En efecto, si trabajara con dedicación completa, no podría seguir con sus estudios en el Conservatorio. Sin embargo, la empresa no parece dispuesta a aceptar un no por respuesta: Juanjo está perfectamente formado y conoce el trabajo, sería operativo sin demora y siempre ha manifestado una actitud muy positiva hacia el trabajo y los clientes.

Si Juanjo se niega a aceptar el puesto, teme que la empresa lo despida como medida de represión, por lo que perdería sus ingresos, un trabajo agradable, y se complicaría seriamente la posibilidad de quedarse en la Ciudad para seguir estudiando.

Lo que quiere es que todo siga igual, sin ningún cambio. Ninguna de las alternativas, trabajar a tiempo completo o tener que buscar otro empleo, le resulta satisfactoria, ambas traen problemas.

Esta situación le produce ansiedad. Esta semana se le ve como ausente, ha perdido iniciativas y entusiasmo y como siga la situación, es probable que caerá en la desatención o el abandono.

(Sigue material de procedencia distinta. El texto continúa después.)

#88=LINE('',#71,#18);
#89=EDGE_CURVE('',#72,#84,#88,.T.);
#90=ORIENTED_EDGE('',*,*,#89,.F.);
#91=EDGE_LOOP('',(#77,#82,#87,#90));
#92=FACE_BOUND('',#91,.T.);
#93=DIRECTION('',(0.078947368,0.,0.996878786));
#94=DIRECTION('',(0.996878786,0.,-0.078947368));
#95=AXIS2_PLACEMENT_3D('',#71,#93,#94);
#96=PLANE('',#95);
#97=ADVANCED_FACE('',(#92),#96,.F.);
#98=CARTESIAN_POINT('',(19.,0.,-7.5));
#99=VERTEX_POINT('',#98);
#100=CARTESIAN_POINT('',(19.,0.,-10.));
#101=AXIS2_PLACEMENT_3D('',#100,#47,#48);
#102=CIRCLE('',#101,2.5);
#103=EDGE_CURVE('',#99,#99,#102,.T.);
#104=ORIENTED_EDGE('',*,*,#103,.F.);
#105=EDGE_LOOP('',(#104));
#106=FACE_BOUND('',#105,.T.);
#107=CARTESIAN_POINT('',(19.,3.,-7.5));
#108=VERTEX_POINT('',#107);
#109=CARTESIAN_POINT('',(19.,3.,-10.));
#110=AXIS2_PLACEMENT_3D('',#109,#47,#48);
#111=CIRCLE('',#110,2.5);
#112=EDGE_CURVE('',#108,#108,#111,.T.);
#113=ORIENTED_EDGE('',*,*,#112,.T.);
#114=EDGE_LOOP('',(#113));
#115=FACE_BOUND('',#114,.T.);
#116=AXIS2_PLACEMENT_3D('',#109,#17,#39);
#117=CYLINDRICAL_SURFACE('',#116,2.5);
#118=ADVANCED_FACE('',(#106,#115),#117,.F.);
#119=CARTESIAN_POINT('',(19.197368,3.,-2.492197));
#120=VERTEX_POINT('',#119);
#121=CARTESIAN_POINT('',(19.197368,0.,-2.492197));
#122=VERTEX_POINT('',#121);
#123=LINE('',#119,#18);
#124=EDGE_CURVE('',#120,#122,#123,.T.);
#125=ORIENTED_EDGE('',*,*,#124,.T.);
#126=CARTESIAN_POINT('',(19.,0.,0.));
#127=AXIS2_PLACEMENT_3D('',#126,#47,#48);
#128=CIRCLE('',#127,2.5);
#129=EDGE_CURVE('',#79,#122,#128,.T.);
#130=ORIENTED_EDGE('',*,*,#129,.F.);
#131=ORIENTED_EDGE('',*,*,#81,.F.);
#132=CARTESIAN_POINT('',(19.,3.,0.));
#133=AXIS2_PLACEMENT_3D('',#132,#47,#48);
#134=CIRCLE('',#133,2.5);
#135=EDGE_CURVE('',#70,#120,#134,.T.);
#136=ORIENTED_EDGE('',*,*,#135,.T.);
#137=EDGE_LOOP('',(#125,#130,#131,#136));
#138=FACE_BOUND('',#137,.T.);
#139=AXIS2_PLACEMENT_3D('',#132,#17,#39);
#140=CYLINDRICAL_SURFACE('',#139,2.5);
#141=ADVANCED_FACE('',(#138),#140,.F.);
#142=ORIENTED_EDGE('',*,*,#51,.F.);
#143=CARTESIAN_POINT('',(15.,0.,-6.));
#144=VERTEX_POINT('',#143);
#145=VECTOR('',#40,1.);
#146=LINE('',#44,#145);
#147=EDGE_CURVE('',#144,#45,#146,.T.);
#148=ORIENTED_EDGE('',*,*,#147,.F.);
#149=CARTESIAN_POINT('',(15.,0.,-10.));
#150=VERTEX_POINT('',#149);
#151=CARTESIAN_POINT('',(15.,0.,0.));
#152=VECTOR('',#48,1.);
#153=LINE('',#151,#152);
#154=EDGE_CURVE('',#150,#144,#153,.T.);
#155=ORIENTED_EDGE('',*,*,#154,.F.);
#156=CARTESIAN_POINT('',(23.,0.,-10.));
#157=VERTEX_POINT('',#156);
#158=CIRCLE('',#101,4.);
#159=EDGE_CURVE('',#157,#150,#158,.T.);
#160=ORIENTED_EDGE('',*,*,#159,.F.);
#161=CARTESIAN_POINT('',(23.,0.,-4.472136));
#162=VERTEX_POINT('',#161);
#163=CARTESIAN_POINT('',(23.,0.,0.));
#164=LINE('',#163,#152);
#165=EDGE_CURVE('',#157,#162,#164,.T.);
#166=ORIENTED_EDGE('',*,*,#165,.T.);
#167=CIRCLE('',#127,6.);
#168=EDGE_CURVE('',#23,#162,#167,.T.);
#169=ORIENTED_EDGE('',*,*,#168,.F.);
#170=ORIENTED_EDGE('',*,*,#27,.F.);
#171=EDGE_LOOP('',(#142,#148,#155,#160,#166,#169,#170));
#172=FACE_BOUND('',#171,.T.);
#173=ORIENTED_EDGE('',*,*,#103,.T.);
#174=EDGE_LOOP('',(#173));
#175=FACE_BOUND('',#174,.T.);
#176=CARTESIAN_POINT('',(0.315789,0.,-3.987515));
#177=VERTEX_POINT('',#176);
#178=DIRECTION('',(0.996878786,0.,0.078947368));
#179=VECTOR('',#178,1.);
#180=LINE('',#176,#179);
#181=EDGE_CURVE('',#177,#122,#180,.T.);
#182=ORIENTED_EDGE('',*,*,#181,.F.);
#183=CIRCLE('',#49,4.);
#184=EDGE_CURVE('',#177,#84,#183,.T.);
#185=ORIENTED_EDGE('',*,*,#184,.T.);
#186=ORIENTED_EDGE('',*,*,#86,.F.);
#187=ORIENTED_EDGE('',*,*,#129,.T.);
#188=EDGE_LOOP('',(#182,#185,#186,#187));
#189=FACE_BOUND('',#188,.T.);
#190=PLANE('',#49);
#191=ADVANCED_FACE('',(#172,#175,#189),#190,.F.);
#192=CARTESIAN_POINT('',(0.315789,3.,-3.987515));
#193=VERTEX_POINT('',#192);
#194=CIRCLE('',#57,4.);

La frustración de Juanjo es de tipo evitación-evitación.

 

 

 

 

 

 

 


La ilusión asumida

Hay otro motivo de frustraciones, muy frecuente en las empresas, y tanto más perniciosa que muchas veces insospechado. Son los incumplimientos de promesas y en particular aquellas situaciones ambiguas y abstractas que, por falta de concreción, la persona asume como una promesa formal: las ilusiones asumidas.

Cuando Berta entró como secretaria en Muebles Tartufo, el jefe le ofrecía un sueldo inferior a sus expectativas, pero acordaron que al cabo de un año, sería objeto de una revisión “que la dejaría muy satisfecha”. Al año y medio, como el aumento no venía, Berta recordó su promesa al jefe que le subió el sueldo en un ocho por ciento. Berta consideró que era poco más que la subida del coste de la vida y se sintió engañada y decepcionada.

A Emilio, cuando entró en el departamento de mantenimiento, se le prometió una promoción si cumplía los objetivos de calidad y satisfacción del cliente interno, lo que consiguió con holgura. Pero la única promoción que recibió fue un adorno más en la solapa de su mono de trabajo: pasó a ser Agente de Mantenimiento de Primera. Puede que fuera un distintivo importante, y puede que fuera la idea del jefe desde un principio, pero desde luego no es lo que había imaginado Emilio que experimentó una frustración de la que su trabajo y su moral se resintieron.

Cada vez que agitamos ante los ojos de alguien la posibilidad de una mejora, promoción, aumento de sueldo, o cualquier otro tipo de recompensa, despertamos en el otro una expectativa que crece con el tiempo y con los esfuerzos de la persona para conseguirla. Esta ilusión sobre las posibilidades futuras no concretadas, termina transformándose para la persona, y con toda la convicción del mundo, en una auténtica promesa. De tal forma que cualquiera que sea lo que consigue al final, es probable que será menos de lo que había imaginado y despertará una frustración.

Los responsable deberían hacer el esfuerzo de concretar todas sus “promesas” y no dejar libre paso a las interpretaciones. De no ser así, están sembrando la semilla de la desilusión, abandono o rencor, aun cuando tanto su intención como la creencia del empleado fueran igual de sinceras.


Este mes excepcionalmente monopolizo el Boletín. Siento mucho esta nueva forma de Squatting que se debe a una situación coyuntural. A partir del próximo número volveréis a leer la prosa de José Enrique, de Raymond, y otros colaboradores. Un cordial saludo, Michel.